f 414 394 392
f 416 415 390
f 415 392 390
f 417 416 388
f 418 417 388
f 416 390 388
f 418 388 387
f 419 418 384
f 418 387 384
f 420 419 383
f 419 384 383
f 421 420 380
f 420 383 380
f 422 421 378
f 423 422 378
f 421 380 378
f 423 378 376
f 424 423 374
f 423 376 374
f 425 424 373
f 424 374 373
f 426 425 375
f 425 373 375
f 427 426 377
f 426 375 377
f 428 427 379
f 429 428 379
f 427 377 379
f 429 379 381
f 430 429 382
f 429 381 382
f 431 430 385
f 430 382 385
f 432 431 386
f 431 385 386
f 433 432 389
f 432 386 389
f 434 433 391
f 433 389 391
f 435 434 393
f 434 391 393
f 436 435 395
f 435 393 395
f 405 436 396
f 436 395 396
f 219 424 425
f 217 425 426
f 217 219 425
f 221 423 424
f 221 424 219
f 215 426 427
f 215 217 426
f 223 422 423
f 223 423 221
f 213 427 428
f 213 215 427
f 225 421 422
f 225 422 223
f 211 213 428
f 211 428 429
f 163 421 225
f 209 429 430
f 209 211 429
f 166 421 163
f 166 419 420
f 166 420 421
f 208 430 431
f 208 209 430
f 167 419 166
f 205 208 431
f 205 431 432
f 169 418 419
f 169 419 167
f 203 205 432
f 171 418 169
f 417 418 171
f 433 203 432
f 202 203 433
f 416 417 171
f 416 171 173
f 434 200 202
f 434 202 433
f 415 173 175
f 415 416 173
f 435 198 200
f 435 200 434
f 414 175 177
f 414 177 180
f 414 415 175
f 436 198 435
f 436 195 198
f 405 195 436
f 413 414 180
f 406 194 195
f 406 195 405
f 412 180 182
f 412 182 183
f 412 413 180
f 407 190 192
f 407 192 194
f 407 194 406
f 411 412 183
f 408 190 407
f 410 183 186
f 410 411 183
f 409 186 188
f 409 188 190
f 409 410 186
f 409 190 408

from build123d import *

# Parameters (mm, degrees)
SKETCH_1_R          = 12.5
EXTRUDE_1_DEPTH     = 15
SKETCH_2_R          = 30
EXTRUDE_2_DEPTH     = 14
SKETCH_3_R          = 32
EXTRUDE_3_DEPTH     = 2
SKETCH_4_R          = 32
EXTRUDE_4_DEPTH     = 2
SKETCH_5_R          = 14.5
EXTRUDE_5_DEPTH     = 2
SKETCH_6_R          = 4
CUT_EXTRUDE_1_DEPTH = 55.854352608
• • • • • • •
* [TASK OBJECTIVE]
Among the entries above, locate the lines containing "f 416 390 388" and "f 219 424 425", and transcribe exactly those two lines and all lines between.

* [YOUR SOLUTION]
f 416 390 388
f 418 388 387
f 419 418 384
f 418 387 384
f 420 419 383
f 419 384 383
f 421 420 380
f 420 383 380
f 422 421 378
f 423 422 378
f 421 380 378
f 423 378 376
f 424 423 374
f 423 376 374
f 425 424 373
f 424 374 373
f 426 425 375
f 425 373 375
f 427 426 377
f 426 375 377
f 428 427 379
f 429 428 379
f 427 377 379
f 429 379 381
f 430 429 382
f 429 381 382
f 431 430 385
f 430 382 385
f 432 431 386
f 431 385 386
f 433 432 389
f 432 386 389
f 434 433 391
f 433 389 391
f 435 434 393
f 434 391 393
f 436 435 395
f 435 393 395
f 405 436 396
f 436 395 396
f 219 424 425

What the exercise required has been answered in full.